TLCFEM/ezp: 🪢 lightweight C++ wrapper for selected distributed linear system solvers

ezp is a lightweight C++ wrapper for selected distributed solvers for linear systems.

easy to use interface
drop-in header-only library
standalone solver binaries that can be invoked by various callers
random tested implementation

The following solvers are implemented.

availability type of matrix operation solver package ✅ general (partial pivoting) simple PxGESV ScaLAPACK ✅ general (partial pivoting) expert PxGESVX ScaLAPACK ✅ symmetric/Hermitian positive definite simple PxPOSV ScaLAPACK ✅ symmetric/Hermitian positive definite expert PxPOSVX ScaLAPACK ✅ general band (partial pivoting) simple PxGBSV ScaLAPACK ✅ general band (no pivoting) simple PxDBSV ScaLAPACK ✅ symmetric/Hermitian positive definite band simple PxPBSV ScaLAPACK ✅ sparse (one- or zero-indexing CSR format) direct PARDISO MKL ✅ sparse (one-indexing COO format) direct MUMPS MUMPS ✅ sparse (zero-indexing CSR format) iterative Lis Lis

Important

Use branch master for development and testing.
Use branch lite-lib for integration into other projects.

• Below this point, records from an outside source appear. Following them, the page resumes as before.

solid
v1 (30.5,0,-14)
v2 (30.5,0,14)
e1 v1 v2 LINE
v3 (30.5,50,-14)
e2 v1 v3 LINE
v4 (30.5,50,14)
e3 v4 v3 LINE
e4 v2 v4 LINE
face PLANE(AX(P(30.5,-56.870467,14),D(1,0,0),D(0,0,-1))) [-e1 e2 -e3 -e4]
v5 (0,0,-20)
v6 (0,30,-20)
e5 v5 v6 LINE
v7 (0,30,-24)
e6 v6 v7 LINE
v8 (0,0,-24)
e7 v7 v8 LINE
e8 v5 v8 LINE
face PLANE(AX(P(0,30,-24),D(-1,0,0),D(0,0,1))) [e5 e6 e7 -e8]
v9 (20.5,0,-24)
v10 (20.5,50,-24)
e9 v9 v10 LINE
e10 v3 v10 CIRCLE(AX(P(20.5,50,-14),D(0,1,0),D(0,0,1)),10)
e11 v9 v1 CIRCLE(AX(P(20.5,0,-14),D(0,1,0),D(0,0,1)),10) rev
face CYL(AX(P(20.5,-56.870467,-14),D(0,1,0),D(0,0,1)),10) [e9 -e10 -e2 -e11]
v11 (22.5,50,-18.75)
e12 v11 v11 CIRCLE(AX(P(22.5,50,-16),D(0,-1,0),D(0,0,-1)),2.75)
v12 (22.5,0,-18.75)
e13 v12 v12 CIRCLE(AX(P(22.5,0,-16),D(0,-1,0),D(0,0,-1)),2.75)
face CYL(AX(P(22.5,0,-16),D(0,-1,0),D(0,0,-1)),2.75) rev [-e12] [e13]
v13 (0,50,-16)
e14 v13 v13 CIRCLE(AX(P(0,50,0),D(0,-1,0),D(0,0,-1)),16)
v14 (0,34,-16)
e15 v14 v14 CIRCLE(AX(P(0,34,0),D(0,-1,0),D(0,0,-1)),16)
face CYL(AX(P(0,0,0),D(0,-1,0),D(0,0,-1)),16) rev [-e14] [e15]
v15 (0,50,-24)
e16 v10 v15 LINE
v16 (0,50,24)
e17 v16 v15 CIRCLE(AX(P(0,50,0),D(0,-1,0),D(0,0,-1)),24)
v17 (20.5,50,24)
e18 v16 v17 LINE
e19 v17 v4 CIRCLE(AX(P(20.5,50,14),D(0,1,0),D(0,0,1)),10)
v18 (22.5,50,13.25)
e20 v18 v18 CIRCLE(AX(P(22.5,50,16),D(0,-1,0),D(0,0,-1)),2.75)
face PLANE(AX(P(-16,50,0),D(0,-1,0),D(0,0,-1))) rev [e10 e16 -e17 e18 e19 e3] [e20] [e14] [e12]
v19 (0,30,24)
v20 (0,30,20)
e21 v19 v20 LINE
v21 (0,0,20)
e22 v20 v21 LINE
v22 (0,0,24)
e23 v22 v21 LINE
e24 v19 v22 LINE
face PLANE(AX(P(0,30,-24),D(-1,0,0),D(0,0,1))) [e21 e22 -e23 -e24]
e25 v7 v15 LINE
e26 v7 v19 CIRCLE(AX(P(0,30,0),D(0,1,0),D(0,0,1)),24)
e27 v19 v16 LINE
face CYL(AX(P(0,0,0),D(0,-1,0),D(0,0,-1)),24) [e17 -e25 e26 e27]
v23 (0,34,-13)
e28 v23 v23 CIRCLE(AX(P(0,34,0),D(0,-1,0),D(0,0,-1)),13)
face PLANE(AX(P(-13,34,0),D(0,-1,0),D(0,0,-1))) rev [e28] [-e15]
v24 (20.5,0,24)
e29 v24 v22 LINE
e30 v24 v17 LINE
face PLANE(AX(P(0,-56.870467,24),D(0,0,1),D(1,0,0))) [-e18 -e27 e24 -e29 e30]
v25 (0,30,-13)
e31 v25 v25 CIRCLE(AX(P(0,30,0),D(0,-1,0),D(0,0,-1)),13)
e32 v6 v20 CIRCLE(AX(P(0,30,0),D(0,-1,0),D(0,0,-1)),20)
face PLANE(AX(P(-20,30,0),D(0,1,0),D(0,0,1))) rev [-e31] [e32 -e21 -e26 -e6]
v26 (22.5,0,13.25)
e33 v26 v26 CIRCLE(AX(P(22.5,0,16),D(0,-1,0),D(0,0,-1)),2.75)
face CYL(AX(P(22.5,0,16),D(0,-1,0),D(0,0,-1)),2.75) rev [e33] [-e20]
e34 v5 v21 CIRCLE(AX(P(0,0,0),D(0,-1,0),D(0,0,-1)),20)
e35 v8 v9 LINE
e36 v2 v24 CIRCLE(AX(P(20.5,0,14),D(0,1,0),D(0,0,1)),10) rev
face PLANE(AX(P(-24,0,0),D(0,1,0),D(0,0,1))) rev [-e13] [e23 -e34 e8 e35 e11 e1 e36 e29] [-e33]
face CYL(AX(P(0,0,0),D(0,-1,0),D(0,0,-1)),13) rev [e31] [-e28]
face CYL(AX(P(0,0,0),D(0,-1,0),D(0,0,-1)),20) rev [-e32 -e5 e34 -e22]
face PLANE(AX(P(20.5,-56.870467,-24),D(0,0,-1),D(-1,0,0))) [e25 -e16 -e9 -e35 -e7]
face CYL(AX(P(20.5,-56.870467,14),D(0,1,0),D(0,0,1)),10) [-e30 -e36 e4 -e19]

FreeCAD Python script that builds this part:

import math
import FreeCAD as App
import Part
import Sketcher

V = App.Vector
Q = App.Units.Quantity

doc = App.newDocument("Part")
params = doc.addObject("Spreadsheet::Sheet", "Params")
for row, (alias, value) in enumerate([
    ("sketch1_width", "4 mm"),
    ("sketch1_width2", "7 mm"),
    ("sketch1_width3", "3 mm"),
    ("sketch1_height", "50 mm"),
    ("sketch1_height2", "30 mm"),
    ("revolution_angle", "360 deg"),
    ("sketch2_height", "48 mm"),
    ("pocket1_length", "30 mm"),
    ("sketch3_radius", "10 mm"),
    ("sketch3_radius2", "24 mm"),
    ("sketch3_width", "20.5 mm"),
    ("pad1_length", "50 mm"),
    ("sketch4_diameter", "5.5 mm"),
    ("hole_diameter", "5.5 mm"),
], start=1):
    params.set(f"A{row}", alias)
    params.set(f"B{row}", "=" + value)
    params.setAlias(f"B{row}", alias)

body = doc.addObject("PartDesign::Body", "Body")

sketch1 = body.newObject("Sketcher::SketchObject", "Sketch")
sketch1.AttachmentSupport = (doc.getObject("XY_Plane"), [""])
sketch1.MapMode = "FlatFace"
sketch1.addGeometry(Part.LineSegment(V(-24, 50, 0), V(-24, 0, 0)), False)
sketch1.addGeometry(Part.LineSegment(V(-24, 0, 0), V(-20, 0, 0)), False)
sketch1.addGeometry(Part.LineSegment(V(-20, 0, 0), V(-20, 30, 0)), False)
sketch1.addGeometry(Part.LineSegment(V(-20, 30, 0), V(-13, 30, 0)), False)
sketch1.addGeometry(Part.LineSegment(V(-13, 30, 0), V(-13, 34, 0)), False)
sketch1.addGeometry(Part.LineSegment(V(-13, 34, 0), V(-16, 34, 0)), False)
sketch1.addGeometry(Part.LineSegment(V(-16, 34, 0), V(-16, 50, 0)), False)
sketch1.addGeometry(Part.LineSegment(V(-16, 50, 0), V(-24, 50, 0)), False)
sketch1.addConstraint(Sketcher.Constraint("Coincident", 0, 2, 1, 1))
sketch1.addConstraint(Sketcher.Constraint("Coincident", 1, 2, 2, 1))
sketch1.addConstraint(Sketcher.Constraint("Coincident", 2, 2, 3, 1))
sketch1.addConstraint(Sketcher.Constraint("Coincident", 3, 2, 4, 1))
sketch1.addConstraint(Sketcher.Constraint("Coincident", 4, 2, 5, 1))
sketch1.addConstraint(Sketcher.Constraint("Coincident", 5, 2, 6, 1))
sketch1.addConstraint(Sketcher.Constraint("Coincident", 6, 2, 7, 1))
sketch1.addConstraint(Sketcher.Constraint("Coincident", 7, 2, 0, 1))
sketch1.addConstraint(Sketcher.Constraint("Vertical", 0))
sketch1.addConstraint(Sketcher.Constraint("Horizontal", 1))
sketch1.addConstraint(Sketcher.Constraint("Vertical", 2))
sketch1.addConstraint(Sketcher.Constraint("Horizontal", 3))
sketch1.addConstraint(Sketcher.Constraint("Vertical", 4))
sketch1.addConstraint(Sketcher.Constraint("Horizontal", 5))
sketch1.addConstraint(Sketcher.Constraint("Vertical", 6))
sketch1.addConstraint(Sketcher.Constraint("Horizontal", 7))
sketch1.addConstraint(Sketcher.Constraint("PointOnObject", 0, 2, -1))
sketch1.addConstraint(Sketcher.Constraint("Equal", 1, 4))
sketch1.addConstraint(Sketcher.Constraint("DistanceX", 1, 1, 1, 2, Q("4 mm")))
sketch1.addConstraint(Sketcher.Constraint("DistanceX", 3, 1, 3, 2, Q("7 mm")))
sketch1.addConstraint(Sketcher.Constraint("DistanceX", 5, 2, 5, 1, Q("3 mm")))
sketch1.addConstraint(Sketcher.Constraint("DistanceY", 0, 2, 0, 1, Q("50 mm")))
sketch1.addConstraint(Sketcher.Constraint("DistanceY", 2, 1, 2, 2, Q("30 mm")))
sketch1.addConstraint(Sketcher.Constraint("DistanceX", 0, 2, -1, 1, Q("24 mm")))
sketch1.setExpression("Constraints[18]", "Params.sketch1_width")
sketch1.setExpression("Constraints[19]", "Params.sketch1_width2")
sketch1.setExpression("Constraints[20]", "Params.sketch1_width3")
sketch1.setExpression("Constraints[21]", "Params.sketch1_height")
sketch1.setExpression("Constraints[22]", "Params.sketch1_height2")
revolution = body.newObject("PartDesign::Revolution", "Revolution")
revolution.Profile = sketch1
revolution.ReferenceAxis = (sketch1, ["V_Axis"])
revolution.setExpression("Angle", "Params.revolution_angle")

sketch2 = body.newObject("Sketcher::SketchObject", "Sketch001")
sketch2.AttachmentSupport = (doc.getObject("XZ_Plane"), [""])
sketch2.MapMode = "FlatFace"
sketch2.addGeometry(Part.LineSegment(V(-39, -24, 0), V(-39, 24, 0)), False)
sketch2.addGeometry(Part.LineSegment(V(-39, 24, 0), V(0, 24, 0)), False)
sketch2.addGeometry(Part.LineSegment(V(0, 24, 0), V(0, -24, 0)), False)
sketch2.addGeometry(Part.LineSegment(V(0, -24, 0), V(-39, -24, 0)), False)
sketch2.addConstraint(Sketcher.Constraint("Coincident", 0, 2, 1, 1))
sketch2.addConstraint(Sketcher.Constraint("Coincident", 1, 2, 2, 1))
sketch2.addConstraint(Sketcher.Constraint("Coincident", 2, 2, 3, 1))
sketch2.addConstraint(Sketcher.Constraint("Coincident", 3, 2, 0, 1))
sketch2.addConstraint(Sketcher.Constraint("Vertical", 0))
sketch2.addConstraint(Sketcher.Constraint("Horizontal", 1))
sketch2.addConstraint(Sketcher.Constraint("Vertical", 2))
sketch2.addConstraint(Sketcher.Constraint("Horizontal", 3))
sketch2.addConstraint(Sketcher.Constraint("Symmetric", 1, 2, 2, 2, -1, 1))
sketch2.addConstraint(Sketcher.Constraint("DistanceY", 0, 1, 0, 2, Q("48 mm")))
sketch2.addConstraint(Sketcher.Constraint("DistanceX", 1, 1, 1, 2, Q("38.791431 mm")))
sketch2.setExpression("Constraints[9]", "Params.sketch2_height")
pocket1 = body.newObject("PartDesign::Pocket", "Pocket")
pocket1.Profile = sketch2
pocket1.setExpression("Length", "Params.pocket1_length")

sketch3 = body.newObject("Sketcher::SketchObject", "Sketch002")
sketch3.AttachmentSupport = (doc.getObject("XZ_Plane"), [""])
sketch3.MapMode = "FlatFace"
sketch3.addGeometry(Part.LineSegment(V(0, 24, 0), V(20, 24, 0)), False)
sketch3.addGeometry(Part.ArcOfCircle(Part.Circle(V(20, 14, 0), V(0, 0, 1), 10), math.radians(0), math.radians(90)), False)
sketch3.addGeometry(Part.LineSegment(V(30, 14, 0), V(30, -14, 0)), False)
sketch3.addGeometry(Part.ArcOfCircle(Part.Circle(V(20, -14, 0), V(0, 0, 1), 10), math.radians(-90), math.radians(0)), False)
sketch3.addGeometry(Part.LineSegment(V(20, -24, 0), V(0, -24, 0)), False)
sketch3.addGeometry(Part.ArcOfCircle(Part.Circle(V(0, 0, 0), V(0, 0, 1), 24), math.radians(-90), math.radians(90)), False)
sketch3.addConstraint(Sketcher.Constraint("Tangent", 0, 2, 1, 2))
sketch3.addConstraint(Sketcher.Constraint("Tangent", 1, 1, 2, 1))
sketch3.addConstraint(Sketcher.Constraint("Tangent", 2, 2, 3, 2))
sketch3.addConstraint(Sketcher.Constraint("Tangent", 3, 1, 4, 1))
sketch3.addConstraint(Sketcher.Constraint("Tangent", 4, 2, 5, 1))
sketch3.addConstraint(Sketcher.Constraint("Tangent", 5, 2, 0, 1))
sketch3.addConstraint(Sketcher.Constraint("Horizontal", 0))
sketch3.addConstraint(Sketcher.Constraint("Vertical", 2))
sketch3.addConstraint(Sketcher.Constraint("Horizontal", 4))
sketch3.addConstraint(Sketcher.Constraint("Coincident", 5, 3, -1, 1))
sketch3.addConstraint(Sketcher.Constraint("Equal", 1, 3))
sketch3.addConstraint(Sketcher.Constraint("Radius", 1, Q("10 mm")))
sketch3.addConstraint(Sketcher.Constraint("Radius", 5, Q("24 mm")))
sketch3.addConstraint(Sketcher.Constraint("DistanceX", 0, 1, 0, 2, Q("20.5 mm")))
sketch3.setExpression("Constraints[11]", "Params.sketch3_radius")
sketch3.setExpression("Constraints[12]", "Params.sketch3_radius2")
sketch3.setExpression("Constraints[13]", "Params.sketch3_width")
pad1 = body.newObject("PartDesign::Pad", "Pad")
pad1.Profile = sketch3
pad1.setExpression("Length", "Params.pad1_length")
pad1.Reversed = True

sketch4 = body.newObject("Sketcher::SketchObject", "Sketch003")
sketch4.AttachmentSupport = (doc.getObject("XZ_Plane"), [""])
sketch4.MapMode = "FlatFace"
sketch4.addGeometry(Part.Circle(V(22.5, 16, 0), V(0, 0, 1), 2.8), False)
sketch4.addGeometry(Part.Circle(V(22.5, -16, 0), V(0, 0, 1), 2.8), False)
sketch4.addConstraint(Sketcher.Constraint("Equal", 0, 1))
sketch4.addConstraint(Sketcher.Constraint("Symmetric", 0, 3, 1, 3, -1))
sketch4.addConstraint(Sketcher.Constraint("Diameter", 0, Q("5.5 mm")))
sketch4.addConstraint(Sketcher.Constraint("DistanceY", -1, 1, 0, 3, Q("16 mm")))
sketch4.addConstraint(Sketcher.Constraint("DistanceX", -1, 1, 0, 3, Q("22.5 mm")))
sketch4.setExpression("Constraints[2]", "Params.sketch4_diameter")
doc.recompute()
hole = body.newObject("PartDesign::Hole", "Hole")
hole.Profile = sketch4
hole.ThreadType = "None"
hole.setExpression("Diameter", "Params.hole_diameter")
hole.DepthType = "ThroughAll"

doc.recompute()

The ezp library requires C++ 20 compatible compiler. The following drivers are needed.

an implementation of LAPACK and BLAS, such as OpenBLAS, MKL, etc.
an implementation of ScaLAPACK
an implementation of MPI, such as OpenMPI, MPICH, etc.

It is assumed that the root node (rank 0) prepares the left hand side $$A$$ and right hand side $$B$$ . The solvers distribute the matrices to available processes and solve the system, return the solution back to the master node.

The solvers are designed in such a way that all BLACS and ScaLAPACK details are hidden. One shall prepare the matrices (on the root node) and call the solver. The following is a typical example. It highly resembles the sequential version of how one would typically solve a linear system.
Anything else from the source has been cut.